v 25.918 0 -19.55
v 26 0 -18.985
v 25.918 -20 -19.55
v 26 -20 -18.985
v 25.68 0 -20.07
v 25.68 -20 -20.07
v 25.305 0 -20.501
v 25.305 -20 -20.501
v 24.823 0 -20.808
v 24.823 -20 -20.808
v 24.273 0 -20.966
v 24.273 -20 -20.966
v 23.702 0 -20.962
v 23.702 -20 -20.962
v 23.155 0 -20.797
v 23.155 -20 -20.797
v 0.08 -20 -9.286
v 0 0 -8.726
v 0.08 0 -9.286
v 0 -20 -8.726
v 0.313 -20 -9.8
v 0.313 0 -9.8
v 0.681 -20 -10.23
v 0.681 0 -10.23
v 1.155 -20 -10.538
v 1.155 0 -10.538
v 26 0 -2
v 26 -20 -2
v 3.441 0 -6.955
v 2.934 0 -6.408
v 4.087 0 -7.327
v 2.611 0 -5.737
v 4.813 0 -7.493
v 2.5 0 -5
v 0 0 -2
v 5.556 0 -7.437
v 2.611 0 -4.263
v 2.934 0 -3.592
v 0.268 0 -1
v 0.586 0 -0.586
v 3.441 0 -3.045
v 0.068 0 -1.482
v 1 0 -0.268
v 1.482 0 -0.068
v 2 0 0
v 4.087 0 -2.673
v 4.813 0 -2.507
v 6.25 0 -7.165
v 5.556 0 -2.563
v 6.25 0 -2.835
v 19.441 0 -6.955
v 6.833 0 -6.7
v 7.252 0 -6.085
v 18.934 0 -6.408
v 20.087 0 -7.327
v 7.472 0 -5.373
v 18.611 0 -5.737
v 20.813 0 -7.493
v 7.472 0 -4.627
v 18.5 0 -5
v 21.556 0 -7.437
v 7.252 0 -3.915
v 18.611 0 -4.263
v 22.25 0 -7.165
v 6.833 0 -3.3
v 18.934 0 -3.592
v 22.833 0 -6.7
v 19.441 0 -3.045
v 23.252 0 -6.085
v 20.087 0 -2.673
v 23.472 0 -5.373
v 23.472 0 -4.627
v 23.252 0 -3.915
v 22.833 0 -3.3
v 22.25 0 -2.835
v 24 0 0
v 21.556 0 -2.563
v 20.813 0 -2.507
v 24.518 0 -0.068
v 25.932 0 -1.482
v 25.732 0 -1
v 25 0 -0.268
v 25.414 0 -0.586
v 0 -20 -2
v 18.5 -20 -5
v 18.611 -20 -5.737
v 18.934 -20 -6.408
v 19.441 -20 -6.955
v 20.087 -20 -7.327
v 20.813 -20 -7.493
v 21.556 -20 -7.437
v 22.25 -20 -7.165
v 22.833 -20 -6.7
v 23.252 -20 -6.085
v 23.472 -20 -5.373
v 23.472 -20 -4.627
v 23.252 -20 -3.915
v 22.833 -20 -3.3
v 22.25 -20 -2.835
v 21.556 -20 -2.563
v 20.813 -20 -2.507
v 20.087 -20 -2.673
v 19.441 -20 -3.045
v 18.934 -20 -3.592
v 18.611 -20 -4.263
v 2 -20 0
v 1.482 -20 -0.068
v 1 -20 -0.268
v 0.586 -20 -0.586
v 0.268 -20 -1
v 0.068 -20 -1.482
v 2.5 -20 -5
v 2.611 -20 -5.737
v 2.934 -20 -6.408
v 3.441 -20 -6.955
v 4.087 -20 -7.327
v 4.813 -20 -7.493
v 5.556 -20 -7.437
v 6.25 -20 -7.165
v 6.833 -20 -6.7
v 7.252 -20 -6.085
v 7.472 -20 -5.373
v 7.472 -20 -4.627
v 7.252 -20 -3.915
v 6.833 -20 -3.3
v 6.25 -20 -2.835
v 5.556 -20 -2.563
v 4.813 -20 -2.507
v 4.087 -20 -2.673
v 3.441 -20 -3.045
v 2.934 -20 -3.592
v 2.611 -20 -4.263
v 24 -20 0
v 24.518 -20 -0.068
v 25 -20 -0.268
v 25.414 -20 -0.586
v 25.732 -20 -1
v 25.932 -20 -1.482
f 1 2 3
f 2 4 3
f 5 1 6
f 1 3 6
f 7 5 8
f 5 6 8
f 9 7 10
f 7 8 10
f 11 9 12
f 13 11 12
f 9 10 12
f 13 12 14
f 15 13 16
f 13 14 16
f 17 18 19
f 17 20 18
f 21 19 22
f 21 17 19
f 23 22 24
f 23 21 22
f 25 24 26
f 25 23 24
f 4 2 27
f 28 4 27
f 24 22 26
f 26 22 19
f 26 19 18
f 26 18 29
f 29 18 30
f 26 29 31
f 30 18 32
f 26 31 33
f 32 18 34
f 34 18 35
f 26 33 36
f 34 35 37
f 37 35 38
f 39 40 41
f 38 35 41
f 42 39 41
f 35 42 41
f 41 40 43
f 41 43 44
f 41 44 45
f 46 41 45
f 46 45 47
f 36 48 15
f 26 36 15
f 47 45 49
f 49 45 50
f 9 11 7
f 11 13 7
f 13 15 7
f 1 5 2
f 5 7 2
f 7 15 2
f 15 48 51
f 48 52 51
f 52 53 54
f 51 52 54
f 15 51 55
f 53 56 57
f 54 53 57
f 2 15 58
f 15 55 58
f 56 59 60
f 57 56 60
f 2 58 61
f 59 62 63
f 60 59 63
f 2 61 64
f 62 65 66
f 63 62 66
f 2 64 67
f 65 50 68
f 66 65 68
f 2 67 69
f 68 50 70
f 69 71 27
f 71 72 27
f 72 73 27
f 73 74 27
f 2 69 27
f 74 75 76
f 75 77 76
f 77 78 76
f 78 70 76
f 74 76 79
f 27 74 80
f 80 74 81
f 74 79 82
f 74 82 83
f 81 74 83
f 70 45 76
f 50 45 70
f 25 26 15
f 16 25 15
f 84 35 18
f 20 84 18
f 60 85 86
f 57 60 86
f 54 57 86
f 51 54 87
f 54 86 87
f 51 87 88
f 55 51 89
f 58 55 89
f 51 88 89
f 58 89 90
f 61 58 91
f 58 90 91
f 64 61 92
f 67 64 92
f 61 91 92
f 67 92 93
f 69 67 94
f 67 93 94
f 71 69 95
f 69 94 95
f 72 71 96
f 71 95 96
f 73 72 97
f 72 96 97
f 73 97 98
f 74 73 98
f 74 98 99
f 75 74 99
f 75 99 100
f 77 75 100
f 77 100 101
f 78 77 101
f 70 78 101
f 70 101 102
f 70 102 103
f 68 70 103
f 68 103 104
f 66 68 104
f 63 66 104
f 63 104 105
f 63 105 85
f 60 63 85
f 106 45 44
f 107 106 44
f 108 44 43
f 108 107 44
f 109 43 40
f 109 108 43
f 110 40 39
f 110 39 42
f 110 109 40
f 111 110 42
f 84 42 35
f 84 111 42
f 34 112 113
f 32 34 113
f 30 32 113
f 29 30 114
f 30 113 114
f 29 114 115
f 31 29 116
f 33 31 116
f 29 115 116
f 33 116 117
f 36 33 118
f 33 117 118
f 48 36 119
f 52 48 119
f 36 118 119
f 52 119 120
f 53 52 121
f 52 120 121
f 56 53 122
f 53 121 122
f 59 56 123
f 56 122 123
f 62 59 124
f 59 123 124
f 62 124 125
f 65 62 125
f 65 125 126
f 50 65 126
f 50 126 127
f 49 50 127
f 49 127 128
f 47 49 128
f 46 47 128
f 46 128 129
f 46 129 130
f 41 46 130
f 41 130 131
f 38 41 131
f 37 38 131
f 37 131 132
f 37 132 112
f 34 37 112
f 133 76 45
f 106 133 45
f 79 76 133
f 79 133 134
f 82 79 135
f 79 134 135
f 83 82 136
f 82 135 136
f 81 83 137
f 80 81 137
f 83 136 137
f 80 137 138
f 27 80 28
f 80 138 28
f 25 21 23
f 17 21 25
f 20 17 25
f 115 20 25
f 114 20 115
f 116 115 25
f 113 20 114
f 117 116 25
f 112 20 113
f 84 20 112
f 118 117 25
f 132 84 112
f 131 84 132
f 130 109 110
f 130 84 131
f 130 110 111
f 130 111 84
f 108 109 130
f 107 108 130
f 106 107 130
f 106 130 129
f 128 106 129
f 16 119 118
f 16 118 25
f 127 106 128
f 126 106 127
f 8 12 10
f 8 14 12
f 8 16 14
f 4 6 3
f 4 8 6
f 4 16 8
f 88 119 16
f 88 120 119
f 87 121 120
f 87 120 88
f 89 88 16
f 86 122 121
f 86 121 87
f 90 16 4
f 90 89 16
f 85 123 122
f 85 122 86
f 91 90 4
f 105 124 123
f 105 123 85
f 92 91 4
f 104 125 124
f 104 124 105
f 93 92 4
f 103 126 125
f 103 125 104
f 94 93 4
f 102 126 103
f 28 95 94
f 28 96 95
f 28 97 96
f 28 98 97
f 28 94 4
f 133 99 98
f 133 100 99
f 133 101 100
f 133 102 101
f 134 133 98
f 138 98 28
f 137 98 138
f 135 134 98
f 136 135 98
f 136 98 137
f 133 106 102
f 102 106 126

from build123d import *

# Parameters (mm, degrees)
F1_DEPTH = 20
F2_D     = 5
F3_R     = 2


with BuildPart() as f1:
    # F0 (on Front) → F1 (new body)
    with BuildSketch(Plane.XZ):
        Polygon((26, 0), (0, 0), (0, -10), (26, -22.123999112), align=None)
    extrude(amount=F1_DEPTH)

    # F2 (through all)
    with Locations(Plane(origin=(0, 0, 0), x_dir=(1, 0, 0), z_dir=(0, 1, 0))):
        with Locations((5, 5), (21, 5)):
            Hole(F2_D / 2)

    # F3
    f3_edges = [f1.edges().sort_by_distance(p)[0] for p in [
        (26, -10, -22.123999),
        (0, -10, -10),
        (0, -10, 0),
        (26, -10, 0),
    ]]
    fillet(f3_edges, radius=F3_R)


solid = f1.part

= = = =

**What needs to be done**
What is needed is an exact copy of the entries from their first line down to the line with "v 6.833 -20 -6.7", that line included, and nothing beyond it.

**Answer space**
v 25.918 0 -19.55
v 26 0 -18.985
v 25.918 -20 -19.55
v 26 -20 -18.985
v 25.68 0 -20.07
v 25.68 -20 -20.07
v 25.305 0 -20.501
v 25.305 -20 -20.501
v 24.823 0 -20.808
v 24.823 -20 -20.808
v 24.273 0 -20.966
v 24.273 -20 -20.966
v 23.702 0 -20.962
v 23.702 -20 -20.962
v 23.155 0 -20.797
v 23.155 -20 -20.797
v 0.08 -20 -9.286
v 0 0 -8.726
v 0.08 0 -9.286
v 0 -20 -8.726
v 0.313 -20 -9.8
v 0.313 0 -9.8
v 0.681 -20 -10.23
v 0.681 0 -10.23
v 1.155 -20 -10.538
v 1.155 0 -10.538
v 26 0 -2
v 26 -20 -2
v 3.441 0 -6.955
v 2.934 0 -6.408
v 4.087 0 -7.327
v 2.611 0 -5.737
v 4.813 0 -7.493
v 2.5 0 -5
v 0 0 -2
v 5.556 0 -7.437
v 2.611 0 -4.263
v 2.934 0 -3.592
v 0.268 0 -1
v 0.586 0 -0.586
v 3.441 0 -3.045
v 0.068 0 -1.482
v 1 0 -0.268
v 1.482 0 -0.068
v 2 0 0
v 4.087 0 -2.673
v 4.813 0 -2.507
v 6.25 0 -7.165
v 5.556 0 -2.563
v 6.25 0 -2.835
v 19.441 0 -6.955
v 6.833 0 -6.7
v 7.252 0 -6.085
v 18.934 0 -6.408
v 20.087 0 -7.327
v 7.472 0 -5.373
v 18.611 0 -5.737
v 20.813 0 -7.493
v 7.472 0 -4.627
v 18.5 0 -5
v 21.556 0 -7.437
v 7.252 0 -3.915
v 18.611 0 -4.263
v 22.25 0 -7.165
v 6.833 0 -3.3
v 18.934 0 -3.592
v 22.833 0 -6.7
v 19.441 0 -3.045
v 23.252 0 -6.085
v 20.087 0 -2.673
v 23.472 0 -5.373
v 23.472 0 -4.627
v 23.252 0 -3.915
v 22.833 0 -3.3
v 22.25 0 -2.835
v 24 0 0
v 21.556 0 -2.563
v 20.813 0 -2.507
v 24.518 0 -0.068
v 25.932 0 -1.482
v 25.732 0 -1
v 25 0 -0.268
v 25.414 0 -0.586
v 0 -20 -2
v 18.5 -20 -5
v 18.611 -20 -5.737
v 18.934 -20 -6.408
v 19.441 -20 -6.955
v 20.087 -20 -7.327
v 20.813 -20 -7.493
v 21.556 -20 -7.437
v 22.25 -20 -7.165
v 22.833 -20 -6.7
v 23.252 -20 -6.085
v 23.472 -20 -5.373
v 23.472 -20 -4.627
v 23.252 -20 -3.915
v 22.833 -20 -3.3
v 22.25 -20 -2.835
v 21.556 -20 -2.563
v 20.813 -20 -2.507
v 20.087 -20 -2.673
v 19.441 -20 -3.045
v 18.934 -20 -3.592
v 18.611 -20 -4.263
v 2 -20 0
v 1.482 -20 -0.068
v 1 -20 -0.268
v 0.586 -20 -0.586
v 0.268 -20 -1
v 0.068 -20 -1.482
v 2.5 -20 -5
v 2.611 -20 -5.737
v 2.934 -20 -6.408
v 3.441 -20 -6.955
v 4.087 -20 -7.327
v 4.813 -20 -7.493
v 5.556 -20 -7.437
v 6.25 -20 -7.165
v 6.833 -20 -6.7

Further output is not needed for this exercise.